When Seymour departed the show, Foggy returned at the beginning of the 1990s. During this time, Foggy was shown to have mellowed somewhat and as a result became more tolerant of Compo (though not always). It was during this period when perhaps Compo's most famous misfortune happened, in the series 15 episode "Stop That Bath". The trio were helping Howard transport a cast iron bath for Marina, by wheeling it on a cart through the streets. While trying to push the bath up a steep hill, Compo lost his balance and fell into the bath, causing the others to lose their grip on the cart which started speeding down the hill with Compo in the bath. The bath fell off the cart and crashed into a loose drain pipe, which soaked Compo.

During Truly's stint on the show, Compo was similarly often involved in dangerous situations against his will. Though Truly was pompous like his predecessors, he eventually grew used to Compo's childish behaviour and the two did not argue frequently.
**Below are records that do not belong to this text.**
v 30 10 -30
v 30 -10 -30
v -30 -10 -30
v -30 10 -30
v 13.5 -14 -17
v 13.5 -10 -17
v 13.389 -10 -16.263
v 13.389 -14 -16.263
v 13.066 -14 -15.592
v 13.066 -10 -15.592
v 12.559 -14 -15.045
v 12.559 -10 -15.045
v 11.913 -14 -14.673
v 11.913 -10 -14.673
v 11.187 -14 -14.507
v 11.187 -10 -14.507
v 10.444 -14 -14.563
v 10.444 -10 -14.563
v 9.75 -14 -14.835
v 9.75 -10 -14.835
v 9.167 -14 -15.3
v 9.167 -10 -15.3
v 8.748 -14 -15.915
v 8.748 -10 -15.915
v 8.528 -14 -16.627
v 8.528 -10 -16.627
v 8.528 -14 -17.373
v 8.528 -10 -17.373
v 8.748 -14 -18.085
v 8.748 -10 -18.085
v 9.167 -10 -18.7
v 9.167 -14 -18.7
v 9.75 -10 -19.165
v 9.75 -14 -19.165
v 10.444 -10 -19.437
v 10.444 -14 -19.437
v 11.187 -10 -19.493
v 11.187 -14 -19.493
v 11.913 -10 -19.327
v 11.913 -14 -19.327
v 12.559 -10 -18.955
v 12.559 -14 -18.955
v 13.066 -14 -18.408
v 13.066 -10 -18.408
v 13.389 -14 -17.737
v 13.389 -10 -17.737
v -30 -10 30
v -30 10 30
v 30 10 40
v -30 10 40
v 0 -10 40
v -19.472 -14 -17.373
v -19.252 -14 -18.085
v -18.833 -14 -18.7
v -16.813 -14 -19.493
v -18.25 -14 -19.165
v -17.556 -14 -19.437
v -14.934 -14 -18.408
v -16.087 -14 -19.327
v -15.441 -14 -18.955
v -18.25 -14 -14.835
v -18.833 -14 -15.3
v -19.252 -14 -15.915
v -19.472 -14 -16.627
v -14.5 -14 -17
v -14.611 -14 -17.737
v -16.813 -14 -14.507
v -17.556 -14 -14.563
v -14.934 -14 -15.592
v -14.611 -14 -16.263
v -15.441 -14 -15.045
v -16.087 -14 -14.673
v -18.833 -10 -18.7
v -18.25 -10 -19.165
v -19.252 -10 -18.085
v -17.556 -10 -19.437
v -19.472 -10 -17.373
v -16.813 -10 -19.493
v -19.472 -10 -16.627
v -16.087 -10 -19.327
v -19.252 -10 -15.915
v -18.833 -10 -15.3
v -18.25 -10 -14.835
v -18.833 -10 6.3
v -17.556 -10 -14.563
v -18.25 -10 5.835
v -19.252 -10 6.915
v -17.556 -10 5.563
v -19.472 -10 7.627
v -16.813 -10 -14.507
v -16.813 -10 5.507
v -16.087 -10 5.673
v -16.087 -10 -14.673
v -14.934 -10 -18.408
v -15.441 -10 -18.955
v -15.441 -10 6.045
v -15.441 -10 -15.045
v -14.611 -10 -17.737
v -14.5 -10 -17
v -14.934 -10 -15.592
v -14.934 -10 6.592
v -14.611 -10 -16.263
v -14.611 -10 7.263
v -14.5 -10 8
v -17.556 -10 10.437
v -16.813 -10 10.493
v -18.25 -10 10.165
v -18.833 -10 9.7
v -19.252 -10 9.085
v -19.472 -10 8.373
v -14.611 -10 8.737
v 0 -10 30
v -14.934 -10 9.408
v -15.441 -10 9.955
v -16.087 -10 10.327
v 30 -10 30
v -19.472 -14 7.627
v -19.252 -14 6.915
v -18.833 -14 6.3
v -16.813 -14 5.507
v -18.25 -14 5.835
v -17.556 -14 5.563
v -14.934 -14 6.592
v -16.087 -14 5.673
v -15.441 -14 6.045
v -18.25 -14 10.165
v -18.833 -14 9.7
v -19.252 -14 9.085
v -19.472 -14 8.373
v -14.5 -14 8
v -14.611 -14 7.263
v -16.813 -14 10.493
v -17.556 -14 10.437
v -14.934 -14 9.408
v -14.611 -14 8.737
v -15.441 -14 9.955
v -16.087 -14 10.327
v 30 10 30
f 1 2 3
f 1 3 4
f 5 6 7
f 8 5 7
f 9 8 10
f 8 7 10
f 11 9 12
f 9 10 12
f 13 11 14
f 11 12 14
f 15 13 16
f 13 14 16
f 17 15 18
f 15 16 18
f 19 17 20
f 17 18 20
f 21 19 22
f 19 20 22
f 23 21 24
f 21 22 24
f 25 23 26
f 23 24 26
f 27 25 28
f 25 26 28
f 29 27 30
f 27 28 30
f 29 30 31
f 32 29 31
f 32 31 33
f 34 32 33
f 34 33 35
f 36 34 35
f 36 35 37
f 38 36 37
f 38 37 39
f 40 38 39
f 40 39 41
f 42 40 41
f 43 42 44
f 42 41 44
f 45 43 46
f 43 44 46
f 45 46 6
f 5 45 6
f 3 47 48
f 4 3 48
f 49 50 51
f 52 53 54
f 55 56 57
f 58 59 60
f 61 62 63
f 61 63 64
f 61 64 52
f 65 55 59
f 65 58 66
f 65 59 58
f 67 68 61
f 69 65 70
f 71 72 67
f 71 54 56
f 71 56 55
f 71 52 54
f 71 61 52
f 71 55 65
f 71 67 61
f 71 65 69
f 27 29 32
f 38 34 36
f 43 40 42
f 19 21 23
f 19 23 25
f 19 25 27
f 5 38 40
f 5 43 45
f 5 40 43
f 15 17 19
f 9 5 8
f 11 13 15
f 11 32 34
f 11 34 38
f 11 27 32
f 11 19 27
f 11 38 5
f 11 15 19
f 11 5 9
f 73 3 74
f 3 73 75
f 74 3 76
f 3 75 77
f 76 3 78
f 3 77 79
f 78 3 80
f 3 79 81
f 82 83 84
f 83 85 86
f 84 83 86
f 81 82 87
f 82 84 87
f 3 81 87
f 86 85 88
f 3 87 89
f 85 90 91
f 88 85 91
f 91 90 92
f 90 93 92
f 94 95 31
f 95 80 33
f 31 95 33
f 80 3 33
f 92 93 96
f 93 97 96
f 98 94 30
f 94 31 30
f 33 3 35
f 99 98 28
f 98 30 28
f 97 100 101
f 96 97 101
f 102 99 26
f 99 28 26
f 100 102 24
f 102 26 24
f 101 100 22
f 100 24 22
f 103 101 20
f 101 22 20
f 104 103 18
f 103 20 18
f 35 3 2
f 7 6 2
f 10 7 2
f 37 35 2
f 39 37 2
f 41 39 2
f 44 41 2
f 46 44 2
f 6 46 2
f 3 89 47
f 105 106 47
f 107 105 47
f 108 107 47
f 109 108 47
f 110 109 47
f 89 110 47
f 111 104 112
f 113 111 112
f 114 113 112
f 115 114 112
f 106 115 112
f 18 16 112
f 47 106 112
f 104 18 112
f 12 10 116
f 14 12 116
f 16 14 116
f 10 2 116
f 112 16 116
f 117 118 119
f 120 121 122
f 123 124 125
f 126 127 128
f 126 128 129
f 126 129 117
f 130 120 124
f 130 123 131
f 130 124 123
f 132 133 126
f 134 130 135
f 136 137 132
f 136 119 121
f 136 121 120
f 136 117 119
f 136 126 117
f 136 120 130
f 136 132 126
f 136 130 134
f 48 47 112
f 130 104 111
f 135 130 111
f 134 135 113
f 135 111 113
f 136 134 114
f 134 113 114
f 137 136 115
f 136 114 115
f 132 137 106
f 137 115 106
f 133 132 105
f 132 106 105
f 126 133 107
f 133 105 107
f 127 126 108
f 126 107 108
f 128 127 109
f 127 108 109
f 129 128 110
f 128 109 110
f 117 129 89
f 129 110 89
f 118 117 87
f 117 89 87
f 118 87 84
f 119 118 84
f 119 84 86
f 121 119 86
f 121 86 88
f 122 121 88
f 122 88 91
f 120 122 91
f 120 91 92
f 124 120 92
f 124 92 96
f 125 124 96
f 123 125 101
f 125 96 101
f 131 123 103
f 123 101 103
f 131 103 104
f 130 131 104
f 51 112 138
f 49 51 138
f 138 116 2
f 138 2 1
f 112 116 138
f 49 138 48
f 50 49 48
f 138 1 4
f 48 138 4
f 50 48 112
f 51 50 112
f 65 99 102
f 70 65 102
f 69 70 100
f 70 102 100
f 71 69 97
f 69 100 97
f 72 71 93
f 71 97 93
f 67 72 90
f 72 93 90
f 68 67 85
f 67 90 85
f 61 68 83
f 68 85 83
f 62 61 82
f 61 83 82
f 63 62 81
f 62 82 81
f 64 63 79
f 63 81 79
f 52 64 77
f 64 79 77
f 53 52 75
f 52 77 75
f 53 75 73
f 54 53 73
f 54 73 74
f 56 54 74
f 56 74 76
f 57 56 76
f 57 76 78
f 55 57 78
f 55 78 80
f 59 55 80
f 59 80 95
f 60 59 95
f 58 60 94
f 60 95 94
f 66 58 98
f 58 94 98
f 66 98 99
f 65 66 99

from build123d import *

# Parameters (mm, degrees)
F0_W          = 20
F0_H          = 60
F1_DEPTH      = 30
F1_DEPTH_BACK = 30
F3_DEPTH      = 10
F4_R          = 2.5
F5_DEPTH      = 4


with BuildPart() as f1:
    # F0 (on Right) → F1 (new body, two sides)
    with BuildSketch(Plane.YZ) as f1_sk:
        Rectangle(F0_W, F0_H)
    extrude(amount=F1_DEPTH)
    extrude(f1_sk.sketch, amount=-F1_DEPTH_BACK)

    # F2 (on face) → F3 (join)
    with BuildSketch(Plane.XY.offset(30)):
        Polygon((30, 10), (-30, 10), (0, -10), align=None)
    extrude(amount=F3_DEPTH)

    # F4 (on face) → F5 (join)
    with BuildSketch(Plane.XZ.offset(10)):
        with Locations((-17, 8)):
            Circle(F4_R)
        with Locations((-17, -17)):
            Circle(F4_R)
        with Locations((11, -17)):
            Circle(F4_R)
    extrude(amount=F5_DEPTH)


solid = f1.part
Throughout Compo's time on the show, there were numerous references to Compo's vast family and their (implied) criminal tendencies. Although several relatives appeared in the show, this does not come close to the number of relatives mentioned lightly in conversation. By the time Compo’s son Tom appeared in the series, it is said all of Compo’s family have died.

===Death===
Bill Owen died of pancreatic cancer in 1999 and, the following year, the character of Compo was killed off following the broadcast of three episodes that Owen had already filmed.

According to Truly and Clegg, Compo died from a heart attack after catching the sight of Nora Batty in chorus girl clothes. However, he died with a smile on his face (as confirmed by Truly, Clegg and Nora).

He was buried alongside his signature Wellington boots. Clegg is disappointed at not being able to say goodbye personally, so Truly (Frank Thornton) arranges for an abundance of white painter's overalls to be laid out in a formation saying 'See Ya, Compo' on the opposite hill. All the other main characters – Wesley, Edie (Dame Thora Hird), Glenda (Sarah Thomas), Barry (Mike Grady), Howard (Robert Fyfe), Pearl (Juliette Kaplan), Marina (Jean Fergusson), Nora and Ivy — go to view it, in their different transport modes.

==Money==
Compo was always broke. He spent most of his life (presumably until he reached retirement age) in the unemployment queues, as the prospect of a job sent his skin white. He always relied on Clegg and whoever was completing the trio to supply him with cigarettes, ale and other such things. His lack of funds always surprises his friends, to the point when Compo is willing to get injured as it will end up with someone, usually Foggy, buying him a drink out of guilt or remorse. Although he married soon after the war, almost thirty years later he is still in an argument with the thirty-bob tailor who made his wedding suit. He cannot pay his television rental; the shop takes it back so frequently that he leaves his door unlocked so they can take it whenever necessary. In one episode, Foggy states that Compo owes him money and, in the episode in which Compo was buried, Truly remarks that he still owed him two quid and questioned Clegg if the money was in the letter he sent to him.